真っ黒に焦げた片面を持ち上げひっくり返せば、ベチャリと不細工に飛び散りなんとも哀れな造形が焼き固められていく。
火が強すぎた。
あーあ…
( 妊娠してるんだって。彼に“良く似た人”の子を。)
「………なんだよ、もう…」
わからない。
いいや嘘。
嘘っぱち。
あれから用事も無いのですぐに帰宅して。
ゴーストさえ裸足で逃げ出すんじゃあないかってくらい、自分でも心ここにあらずだったのはわかっていた。
3馬鹿オヤジから連絡が来てたけどいつも通り全部無視して。
感情的になった頭で色々考えても間違った仮説に至っては意味も無いし、だとすれば考えごとなんてそれこそしたくなかったし。
列車で寝たからあまり身体は休まらなかったけれど、睡魔も今の僕に用は無いらしく。
帰宅して、シャワーを浴びて、なんとなくそのまま起きていた。
お腹が減り始めて身体が勝手に食事の用意をしていたけれど…少ないな。
こんなんじゃあ足りない癖に、何やってるんだろう。
何やってるんだろう。
彼女は、真実はどれだ?
「…足りない。」
声に出して、だからといって何があるわけじゃあない。
だってね。
彼女の言葉を聞いてすぐに“事態は”理解したんだ。
相手はネエロでは無い。
だったらあんな持って回った言い方なんてしないだろうし第一“彼に似ている人”というのは両者とも僕の知っている人でなければならない。

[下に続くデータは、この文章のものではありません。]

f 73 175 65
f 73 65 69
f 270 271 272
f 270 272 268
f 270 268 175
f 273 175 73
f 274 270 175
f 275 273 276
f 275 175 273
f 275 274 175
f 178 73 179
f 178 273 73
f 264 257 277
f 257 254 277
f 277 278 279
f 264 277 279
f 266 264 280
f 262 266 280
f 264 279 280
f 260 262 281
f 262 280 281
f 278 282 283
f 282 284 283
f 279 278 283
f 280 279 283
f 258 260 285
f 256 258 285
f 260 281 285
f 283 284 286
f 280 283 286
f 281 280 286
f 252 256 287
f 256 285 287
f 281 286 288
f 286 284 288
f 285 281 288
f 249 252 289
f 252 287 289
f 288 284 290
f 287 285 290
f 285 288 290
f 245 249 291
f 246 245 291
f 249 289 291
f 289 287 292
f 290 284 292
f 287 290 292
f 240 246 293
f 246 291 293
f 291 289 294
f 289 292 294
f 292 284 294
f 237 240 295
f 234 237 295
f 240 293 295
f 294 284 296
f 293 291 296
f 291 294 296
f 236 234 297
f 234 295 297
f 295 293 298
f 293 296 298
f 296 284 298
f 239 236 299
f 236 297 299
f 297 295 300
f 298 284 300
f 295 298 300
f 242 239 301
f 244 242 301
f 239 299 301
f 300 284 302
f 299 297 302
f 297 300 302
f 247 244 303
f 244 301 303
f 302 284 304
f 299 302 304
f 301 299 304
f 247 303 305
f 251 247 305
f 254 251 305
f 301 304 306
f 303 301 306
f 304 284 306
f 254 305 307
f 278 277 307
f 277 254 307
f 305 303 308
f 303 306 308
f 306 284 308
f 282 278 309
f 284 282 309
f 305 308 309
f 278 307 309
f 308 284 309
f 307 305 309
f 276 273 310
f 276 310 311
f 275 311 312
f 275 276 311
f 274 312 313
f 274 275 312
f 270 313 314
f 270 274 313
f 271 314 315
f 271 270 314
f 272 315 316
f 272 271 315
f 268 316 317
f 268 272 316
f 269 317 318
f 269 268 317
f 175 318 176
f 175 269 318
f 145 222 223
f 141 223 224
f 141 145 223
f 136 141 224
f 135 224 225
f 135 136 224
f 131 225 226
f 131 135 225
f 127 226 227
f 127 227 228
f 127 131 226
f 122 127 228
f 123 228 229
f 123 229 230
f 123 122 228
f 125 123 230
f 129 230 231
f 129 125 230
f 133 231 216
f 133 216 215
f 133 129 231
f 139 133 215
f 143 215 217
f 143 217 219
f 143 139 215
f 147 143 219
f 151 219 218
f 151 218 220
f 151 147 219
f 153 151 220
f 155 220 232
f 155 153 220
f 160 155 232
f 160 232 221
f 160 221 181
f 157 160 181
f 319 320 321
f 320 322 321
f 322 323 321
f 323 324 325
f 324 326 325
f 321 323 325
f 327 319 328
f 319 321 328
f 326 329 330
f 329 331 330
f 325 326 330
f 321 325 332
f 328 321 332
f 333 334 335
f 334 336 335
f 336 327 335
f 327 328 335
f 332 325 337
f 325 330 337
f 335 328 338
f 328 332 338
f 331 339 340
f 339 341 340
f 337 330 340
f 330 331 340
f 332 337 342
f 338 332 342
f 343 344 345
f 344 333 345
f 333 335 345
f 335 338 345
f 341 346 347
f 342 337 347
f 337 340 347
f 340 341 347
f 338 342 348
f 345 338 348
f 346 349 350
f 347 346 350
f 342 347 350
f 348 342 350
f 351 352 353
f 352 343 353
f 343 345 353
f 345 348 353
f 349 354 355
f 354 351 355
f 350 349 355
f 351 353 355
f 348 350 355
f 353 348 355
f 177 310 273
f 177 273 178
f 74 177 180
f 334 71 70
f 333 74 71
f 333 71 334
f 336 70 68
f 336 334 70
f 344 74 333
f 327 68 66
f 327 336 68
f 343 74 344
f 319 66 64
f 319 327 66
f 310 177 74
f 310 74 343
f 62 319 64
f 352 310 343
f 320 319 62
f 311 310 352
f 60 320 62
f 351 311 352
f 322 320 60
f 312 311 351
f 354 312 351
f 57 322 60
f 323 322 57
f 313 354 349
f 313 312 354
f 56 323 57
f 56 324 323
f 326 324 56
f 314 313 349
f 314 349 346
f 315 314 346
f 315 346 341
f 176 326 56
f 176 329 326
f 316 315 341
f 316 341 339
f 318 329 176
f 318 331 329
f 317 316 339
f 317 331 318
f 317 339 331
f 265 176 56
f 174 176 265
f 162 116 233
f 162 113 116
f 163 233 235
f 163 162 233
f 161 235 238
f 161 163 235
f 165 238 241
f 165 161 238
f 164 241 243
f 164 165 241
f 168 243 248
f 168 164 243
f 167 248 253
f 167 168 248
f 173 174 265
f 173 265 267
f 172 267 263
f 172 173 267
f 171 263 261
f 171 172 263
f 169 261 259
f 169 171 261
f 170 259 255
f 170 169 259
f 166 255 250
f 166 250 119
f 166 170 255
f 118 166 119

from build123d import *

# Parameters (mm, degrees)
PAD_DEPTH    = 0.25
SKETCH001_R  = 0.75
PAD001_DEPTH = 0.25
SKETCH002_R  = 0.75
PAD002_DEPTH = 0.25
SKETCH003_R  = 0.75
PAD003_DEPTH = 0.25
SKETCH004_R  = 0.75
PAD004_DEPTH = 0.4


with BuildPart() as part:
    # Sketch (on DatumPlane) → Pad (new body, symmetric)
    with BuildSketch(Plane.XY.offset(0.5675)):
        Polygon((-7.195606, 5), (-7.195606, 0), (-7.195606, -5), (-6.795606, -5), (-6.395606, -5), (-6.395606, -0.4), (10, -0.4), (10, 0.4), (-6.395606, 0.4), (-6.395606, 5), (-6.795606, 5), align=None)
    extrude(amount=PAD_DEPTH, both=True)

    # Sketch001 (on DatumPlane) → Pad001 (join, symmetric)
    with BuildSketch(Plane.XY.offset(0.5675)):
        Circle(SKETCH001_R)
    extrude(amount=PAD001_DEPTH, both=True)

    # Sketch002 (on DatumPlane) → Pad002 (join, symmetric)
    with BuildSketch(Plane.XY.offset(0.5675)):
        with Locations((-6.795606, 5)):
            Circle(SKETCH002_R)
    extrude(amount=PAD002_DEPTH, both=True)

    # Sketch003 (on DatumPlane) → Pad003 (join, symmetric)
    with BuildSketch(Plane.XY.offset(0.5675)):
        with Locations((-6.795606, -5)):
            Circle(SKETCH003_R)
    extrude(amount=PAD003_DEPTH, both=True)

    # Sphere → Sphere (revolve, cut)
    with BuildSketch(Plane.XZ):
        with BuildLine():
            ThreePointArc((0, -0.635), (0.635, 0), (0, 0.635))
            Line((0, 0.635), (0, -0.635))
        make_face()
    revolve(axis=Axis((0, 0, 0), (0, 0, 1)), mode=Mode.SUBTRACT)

そうでなければあんな言い方、むしろもっと別の言い回しをしたはずなんだ。
僕と彼女の周辺、ネエロを除外した共通の知人と互いに認識出来ている人で、且つ“よく似ている”と言えば真っ先に思い浮かべたのは勿論フォルテさんとルーク。
見た目以外の話になると他にも数人が候補に挙がるけれど、それが“共通認識”とは思えない。
あの2人は、誰がどう見ても似ていると言うだろう。
それこそ100人中100人が――余程捻くれたヤツでも無い限りは。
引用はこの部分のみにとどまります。